Pick every line out of the entries below that has the string "join", and copy it.

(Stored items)
____________________
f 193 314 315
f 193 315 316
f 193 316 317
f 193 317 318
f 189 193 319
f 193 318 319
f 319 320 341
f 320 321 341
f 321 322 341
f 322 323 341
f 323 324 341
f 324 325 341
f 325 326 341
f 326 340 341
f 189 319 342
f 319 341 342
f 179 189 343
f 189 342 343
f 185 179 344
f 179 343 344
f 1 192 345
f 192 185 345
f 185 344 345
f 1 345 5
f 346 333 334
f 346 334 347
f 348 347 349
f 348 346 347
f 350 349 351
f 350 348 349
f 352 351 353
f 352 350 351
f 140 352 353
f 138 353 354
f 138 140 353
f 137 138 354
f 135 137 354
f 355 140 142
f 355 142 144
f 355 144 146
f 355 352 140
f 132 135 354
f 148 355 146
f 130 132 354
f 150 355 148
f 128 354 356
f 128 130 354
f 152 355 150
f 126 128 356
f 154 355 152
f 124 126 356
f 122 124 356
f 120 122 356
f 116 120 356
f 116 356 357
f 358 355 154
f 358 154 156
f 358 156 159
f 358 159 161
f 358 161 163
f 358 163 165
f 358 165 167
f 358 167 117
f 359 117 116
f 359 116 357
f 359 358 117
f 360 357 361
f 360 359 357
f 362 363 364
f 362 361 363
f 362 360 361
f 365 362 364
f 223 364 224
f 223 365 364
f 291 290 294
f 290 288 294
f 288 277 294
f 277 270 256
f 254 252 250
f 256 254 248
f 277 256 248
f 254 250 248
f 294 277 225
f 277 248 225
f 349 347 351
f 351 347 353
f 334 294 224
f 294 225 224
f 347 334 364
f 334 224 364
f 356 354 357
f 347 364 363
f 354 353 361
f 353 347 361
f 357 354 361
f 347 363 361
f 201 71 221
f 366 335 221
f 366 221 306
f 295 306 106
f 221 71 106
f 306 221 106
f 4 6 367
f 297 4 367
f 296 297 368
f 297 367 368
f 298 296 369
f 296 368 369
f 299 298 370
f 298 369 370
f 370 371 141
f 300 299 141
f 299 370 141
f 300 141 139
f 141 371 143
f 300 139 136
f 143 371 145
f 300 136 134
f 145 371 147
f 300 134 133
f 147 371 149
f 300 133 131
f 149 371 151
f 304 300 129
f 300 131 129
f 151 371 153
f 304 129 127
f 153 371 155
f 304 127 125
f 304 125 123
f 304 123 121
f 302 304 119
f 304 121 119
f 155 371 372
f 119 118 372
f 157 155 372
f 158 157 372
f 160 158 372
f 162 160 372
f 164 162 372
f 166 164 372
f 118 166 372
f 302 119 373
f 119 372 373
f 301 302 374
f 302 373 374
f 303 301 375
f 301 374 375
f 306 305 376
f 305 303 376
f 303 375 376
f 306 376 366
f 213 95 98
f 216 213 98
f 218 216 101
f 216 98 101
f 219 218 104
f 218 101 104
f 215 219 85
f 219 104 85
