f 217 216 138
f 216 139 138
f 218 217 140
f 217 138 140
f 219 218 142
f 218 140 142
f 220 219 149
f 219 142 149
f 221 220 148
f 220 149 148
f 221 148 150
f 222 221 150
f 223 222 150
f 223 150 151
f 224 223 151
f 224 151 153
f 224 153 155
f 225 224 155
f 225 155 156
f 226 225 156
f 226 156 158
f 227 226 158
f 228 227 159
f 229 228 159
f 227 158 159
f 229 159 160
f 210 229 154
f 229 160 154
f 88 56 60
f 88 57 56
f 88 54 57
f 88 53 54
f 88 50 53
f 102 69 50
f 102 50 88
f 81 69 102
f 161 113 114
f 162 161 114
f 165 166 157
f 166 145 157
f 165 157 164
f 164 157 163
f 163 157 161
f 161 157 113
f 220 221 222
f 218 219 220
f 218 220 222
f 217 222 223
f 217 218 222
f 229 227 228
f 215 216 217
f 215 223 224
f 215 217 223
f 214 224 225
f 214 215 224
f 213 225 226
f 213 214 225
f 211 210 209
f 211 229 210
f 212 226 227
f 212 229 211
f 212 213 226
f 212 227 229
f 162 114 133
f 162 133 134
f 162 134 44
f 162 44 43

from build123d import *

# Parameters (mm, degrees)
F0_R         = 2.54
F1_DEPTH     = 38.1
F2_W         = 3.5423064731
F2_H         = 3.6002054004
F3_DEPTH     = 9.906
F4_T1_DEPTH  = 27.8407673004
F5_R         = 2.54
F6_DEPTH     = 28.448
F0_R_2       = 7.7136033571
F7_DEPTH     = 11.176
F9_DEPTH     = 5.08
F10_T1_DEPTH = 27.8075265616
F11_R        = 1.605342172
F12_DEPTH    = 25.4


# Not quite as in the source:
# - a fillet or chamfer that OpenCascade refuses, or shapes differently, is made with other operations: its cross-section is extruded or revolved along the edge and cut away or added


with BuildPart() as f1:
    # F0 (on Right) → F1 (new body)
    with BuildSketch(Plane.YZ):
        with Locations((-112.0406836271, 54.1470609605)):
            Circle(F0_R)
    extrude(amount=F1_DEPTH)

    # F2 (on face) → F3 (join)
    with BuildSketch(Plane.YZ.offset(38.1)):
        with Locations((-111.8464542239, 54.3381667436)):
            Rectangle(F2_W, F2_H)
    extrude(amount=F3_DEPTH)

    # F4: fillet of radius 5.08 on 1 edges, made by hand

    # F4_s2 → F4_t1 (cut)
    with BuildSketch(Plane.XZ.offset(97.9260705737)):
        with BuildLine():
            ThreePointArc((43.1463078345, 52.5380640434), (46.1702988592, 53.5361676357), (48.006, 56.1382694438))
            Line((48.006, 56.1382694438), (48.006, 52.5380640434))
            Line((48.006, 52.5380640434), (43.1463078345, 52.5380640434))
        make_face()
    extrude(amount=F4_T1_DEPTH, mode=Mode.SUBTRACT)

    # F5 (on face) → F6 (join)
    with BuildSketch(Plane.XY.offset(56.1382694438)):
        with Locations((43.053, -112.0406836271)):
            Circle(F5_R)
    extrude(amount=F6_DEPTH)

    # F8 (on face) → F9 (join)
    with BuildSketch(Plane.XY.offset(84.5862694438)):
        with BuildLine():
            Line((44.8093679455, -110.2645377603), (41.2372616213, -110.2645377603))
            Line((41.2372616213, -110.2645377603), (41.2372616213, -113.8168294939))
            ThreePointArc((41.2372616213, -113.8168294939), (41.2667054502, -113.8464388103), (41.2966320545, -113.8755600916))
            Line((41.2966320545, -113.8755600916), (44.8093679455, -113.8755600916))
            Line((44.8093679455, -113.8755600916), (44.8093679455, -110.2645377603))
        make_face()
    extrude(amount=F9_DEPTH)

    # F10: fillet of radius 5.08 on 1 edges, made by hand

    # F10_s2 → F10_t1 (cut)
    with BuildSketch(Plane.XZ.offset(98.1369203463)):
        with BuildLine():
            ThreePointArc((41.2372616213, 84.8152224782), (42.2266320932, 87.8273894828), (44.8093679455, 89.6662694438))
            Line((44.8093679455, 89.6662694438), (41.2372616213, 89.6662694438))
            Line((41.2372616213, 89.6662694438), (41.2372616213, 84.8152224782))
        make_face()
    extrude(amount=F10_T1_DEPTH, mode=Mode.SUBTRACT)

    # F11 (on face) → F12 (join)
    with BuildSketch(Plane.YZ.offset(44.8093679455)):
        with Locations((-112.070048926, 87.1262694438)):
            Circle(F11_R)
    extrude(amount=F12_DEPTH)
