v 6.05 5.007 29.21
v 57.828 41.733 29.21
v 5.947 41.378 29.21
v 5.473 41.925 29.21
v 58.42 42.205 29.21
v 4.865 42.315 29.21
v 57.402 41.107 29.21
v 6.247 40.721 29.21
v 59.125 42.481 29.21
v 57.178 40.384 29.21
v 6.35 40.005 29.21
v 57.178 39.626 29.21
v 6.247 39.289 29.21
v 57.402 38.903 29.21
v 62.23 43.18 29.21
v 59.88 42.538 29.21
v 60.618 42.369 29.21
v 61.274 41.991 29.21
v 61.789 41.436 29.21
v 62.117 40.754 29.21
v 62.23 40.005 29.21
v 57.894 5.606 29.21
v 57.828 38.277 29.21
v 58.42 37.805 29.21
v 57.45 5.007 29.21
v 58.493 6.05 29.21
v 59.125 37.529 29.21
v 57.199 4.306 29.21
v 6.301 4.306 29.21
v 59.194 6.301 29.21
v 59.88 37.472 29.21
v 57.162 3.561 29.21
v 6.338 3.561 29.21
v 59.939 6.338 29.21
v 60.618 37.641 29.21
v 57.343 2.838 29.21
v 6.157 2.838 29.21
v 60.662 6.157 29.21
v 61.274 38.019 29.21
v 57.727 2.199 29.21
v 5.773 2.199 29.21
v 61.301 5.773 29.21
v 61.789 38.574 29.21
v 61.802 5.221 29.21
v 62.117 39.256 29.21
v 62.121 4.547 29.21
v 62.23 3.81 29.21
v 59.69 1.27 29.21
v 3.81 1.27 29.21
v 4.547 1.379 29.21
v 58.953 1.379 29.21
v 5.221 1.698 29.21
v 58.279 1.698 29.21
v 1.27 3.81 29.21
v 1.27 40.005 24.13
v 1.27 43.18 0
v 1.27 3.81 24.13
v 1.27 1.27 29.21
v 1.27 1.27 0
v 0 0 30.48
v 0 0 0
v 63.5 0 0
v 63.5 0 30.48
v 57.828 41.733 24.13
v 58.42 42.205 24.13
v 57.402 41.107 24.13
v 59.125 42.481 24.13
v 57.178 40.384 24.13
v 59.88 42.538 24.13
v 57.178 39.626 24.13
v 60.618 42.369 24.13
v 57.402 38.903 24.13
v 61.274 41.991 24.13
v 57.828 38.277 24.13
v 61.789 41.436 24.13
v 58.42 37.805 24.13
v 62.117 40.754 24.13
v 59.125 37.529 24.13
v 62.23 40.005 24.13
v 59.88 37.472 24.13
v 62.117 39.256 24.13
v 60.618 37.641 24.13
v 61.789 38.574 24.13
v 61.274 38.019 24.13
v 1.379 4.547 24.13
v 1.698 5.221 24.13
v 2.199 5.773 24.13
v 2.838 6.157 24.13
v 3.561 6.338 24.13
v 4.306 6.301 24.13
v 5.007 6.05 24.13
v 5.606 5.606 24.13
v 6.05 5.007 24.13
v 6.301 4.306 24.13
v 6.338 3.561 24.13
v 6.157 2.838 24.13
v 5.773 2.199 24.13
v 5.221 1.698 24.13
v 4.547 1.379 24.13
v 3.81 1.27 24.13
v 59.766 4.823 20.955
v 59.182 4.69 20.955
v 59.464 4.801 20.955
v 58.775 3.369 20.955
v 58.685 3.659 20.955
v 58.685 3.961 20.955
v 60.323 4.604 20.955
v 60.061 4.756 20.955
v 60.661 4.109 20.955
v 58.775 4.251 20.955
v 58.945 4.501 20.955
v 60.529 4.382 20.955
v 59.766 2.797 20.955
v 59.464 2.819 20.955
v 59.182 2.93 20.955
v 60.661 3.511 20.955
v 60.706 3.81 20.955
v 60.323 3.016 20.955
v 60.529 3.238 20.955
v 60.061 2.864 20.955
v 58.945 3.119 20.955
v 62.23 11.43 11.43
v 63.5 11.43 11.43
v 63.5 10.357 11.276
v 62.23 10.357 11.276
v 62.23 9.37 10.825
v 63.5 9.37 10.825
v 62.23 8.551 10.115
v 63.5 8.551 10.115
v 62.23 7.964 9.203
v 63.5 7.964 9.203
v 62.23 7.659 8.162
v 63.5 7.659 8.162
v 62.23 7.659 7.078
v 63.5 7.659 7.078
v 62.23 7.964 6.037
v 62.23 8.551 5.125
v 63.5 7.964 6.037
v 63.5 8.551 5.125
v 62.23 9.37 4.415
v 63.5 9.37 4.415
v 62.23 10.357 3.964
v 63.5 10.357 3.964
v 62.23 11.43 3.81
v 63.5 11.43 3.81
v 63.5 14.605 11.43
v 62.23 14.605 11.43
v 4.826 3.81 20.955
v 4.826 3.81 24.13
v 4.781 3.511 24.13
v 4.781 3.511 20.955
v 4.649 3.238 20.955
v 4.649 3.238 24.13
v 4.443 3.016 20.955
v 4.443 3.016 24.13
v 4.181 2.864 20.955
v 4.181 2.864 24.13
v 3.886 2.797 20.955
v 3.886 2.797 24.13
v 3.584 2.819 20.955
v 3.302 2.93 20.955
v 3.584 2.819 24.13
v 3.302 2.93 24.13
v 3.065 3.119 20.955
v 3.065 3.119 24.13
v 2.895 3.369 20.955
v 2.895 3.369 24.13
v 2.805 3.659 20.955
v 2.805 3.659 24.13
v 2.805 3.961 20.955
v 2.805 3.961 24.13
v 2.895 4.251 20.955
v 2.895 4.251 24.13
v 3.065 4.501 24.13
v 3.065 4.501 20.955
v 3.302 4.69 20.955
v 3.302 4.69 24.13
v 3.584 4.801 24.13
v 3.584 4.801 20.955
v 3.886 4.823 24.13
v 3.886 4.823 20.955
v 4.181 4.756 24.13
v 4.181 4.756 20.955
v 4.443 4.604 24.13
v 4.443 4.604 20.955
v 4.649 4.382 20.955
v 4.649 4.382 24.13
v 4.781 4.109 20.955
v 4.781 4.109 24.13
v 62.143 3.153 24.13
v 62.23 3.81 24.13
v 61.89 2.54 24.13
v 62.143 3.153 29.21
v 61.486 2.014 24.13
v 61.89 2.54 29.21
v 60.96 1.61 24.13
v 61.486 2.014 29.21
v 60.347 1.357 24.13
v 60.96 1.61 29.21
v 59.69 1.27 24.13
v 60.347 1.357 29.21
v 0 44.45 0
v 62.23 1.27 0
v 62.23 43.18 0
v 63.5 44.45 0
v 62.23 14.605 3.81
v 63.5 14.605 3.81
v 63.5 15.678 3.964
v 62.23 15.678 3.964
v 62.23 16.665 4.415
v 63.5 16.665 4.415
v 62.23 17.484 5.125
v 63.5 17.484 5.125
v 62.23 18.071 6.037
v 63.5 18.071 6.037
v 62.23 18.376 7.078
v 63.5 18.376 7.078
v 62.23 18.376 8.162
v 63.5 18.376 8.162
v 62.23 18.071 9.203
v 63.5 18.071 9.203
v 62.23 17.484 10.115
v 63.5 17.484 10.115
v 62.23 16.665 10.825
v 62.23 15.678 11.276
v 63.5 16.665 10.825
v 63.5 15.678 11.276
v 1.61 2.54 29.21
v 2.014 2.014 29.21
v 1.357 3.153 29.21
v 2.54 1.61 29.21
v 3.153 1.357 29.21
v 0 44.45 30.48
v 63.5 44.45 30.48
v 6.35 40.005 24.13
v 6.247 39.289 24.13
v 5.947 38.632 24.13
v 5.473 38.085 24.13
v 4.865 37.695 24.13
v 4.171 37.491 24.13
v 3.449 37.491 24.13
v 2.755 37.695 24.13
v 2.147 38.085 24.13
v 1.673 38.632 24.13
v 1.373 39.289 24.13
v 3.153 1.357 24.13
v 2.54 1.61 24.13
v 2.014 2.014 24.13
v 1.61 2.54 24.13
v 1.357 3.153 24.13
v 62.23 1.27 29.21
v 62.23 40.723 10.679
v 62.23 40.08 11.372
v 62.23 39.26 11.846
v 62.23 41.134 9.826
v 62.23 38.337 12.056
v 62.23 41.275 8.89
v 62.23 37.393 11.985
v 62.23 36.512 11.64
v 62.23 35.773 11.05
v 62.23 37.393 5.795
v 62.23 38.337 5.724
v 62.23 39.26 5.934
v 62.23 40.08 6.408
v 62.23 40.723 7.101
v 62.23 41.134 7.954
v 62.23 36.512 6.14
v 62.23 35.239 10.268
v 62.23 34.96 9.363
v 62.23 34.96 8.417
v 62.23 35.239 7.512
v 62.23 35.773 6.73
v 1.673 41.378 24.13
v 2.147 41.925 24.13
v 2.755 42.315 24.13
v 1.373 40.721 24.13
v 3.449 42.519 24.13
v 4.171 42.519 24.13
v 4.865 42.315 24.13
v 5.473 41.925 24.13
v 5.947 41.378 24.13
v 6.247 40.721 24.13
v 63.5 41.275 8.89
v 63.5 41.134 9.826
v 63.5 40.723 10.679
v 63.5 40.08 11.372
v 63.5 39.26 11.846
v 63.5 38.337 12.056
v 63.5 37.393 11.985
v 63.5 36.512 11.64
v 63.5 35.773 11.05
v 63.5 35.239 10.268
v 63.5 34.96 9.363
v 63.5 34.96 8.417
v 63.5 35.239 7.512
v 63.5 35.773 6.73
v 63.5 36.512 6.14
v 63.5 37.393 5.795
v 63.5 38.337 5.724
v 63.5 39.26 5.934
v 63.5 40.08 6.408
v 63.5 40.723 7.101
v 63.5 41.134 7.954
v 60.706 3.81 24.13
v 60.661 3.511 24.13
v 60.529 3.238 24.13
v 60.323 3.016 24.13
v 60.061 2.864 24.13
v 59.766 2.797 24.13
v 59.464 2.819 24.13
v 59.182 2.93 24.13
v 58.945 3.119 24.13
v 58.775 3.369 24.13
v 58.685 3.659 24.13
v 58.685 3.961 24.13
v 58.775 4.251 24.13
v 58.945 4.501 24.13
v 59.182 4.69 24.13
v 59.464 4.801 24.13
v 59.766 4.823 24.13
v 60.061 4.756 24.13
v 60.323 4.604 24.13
____________________
▸ Reply to the exercise:
    # F2 (on face) → F3 (join)
    # F5 (on face) → F6 (join)
    # F8 (on face) → F9 (join)
    # F11 (on face) → F12 (join)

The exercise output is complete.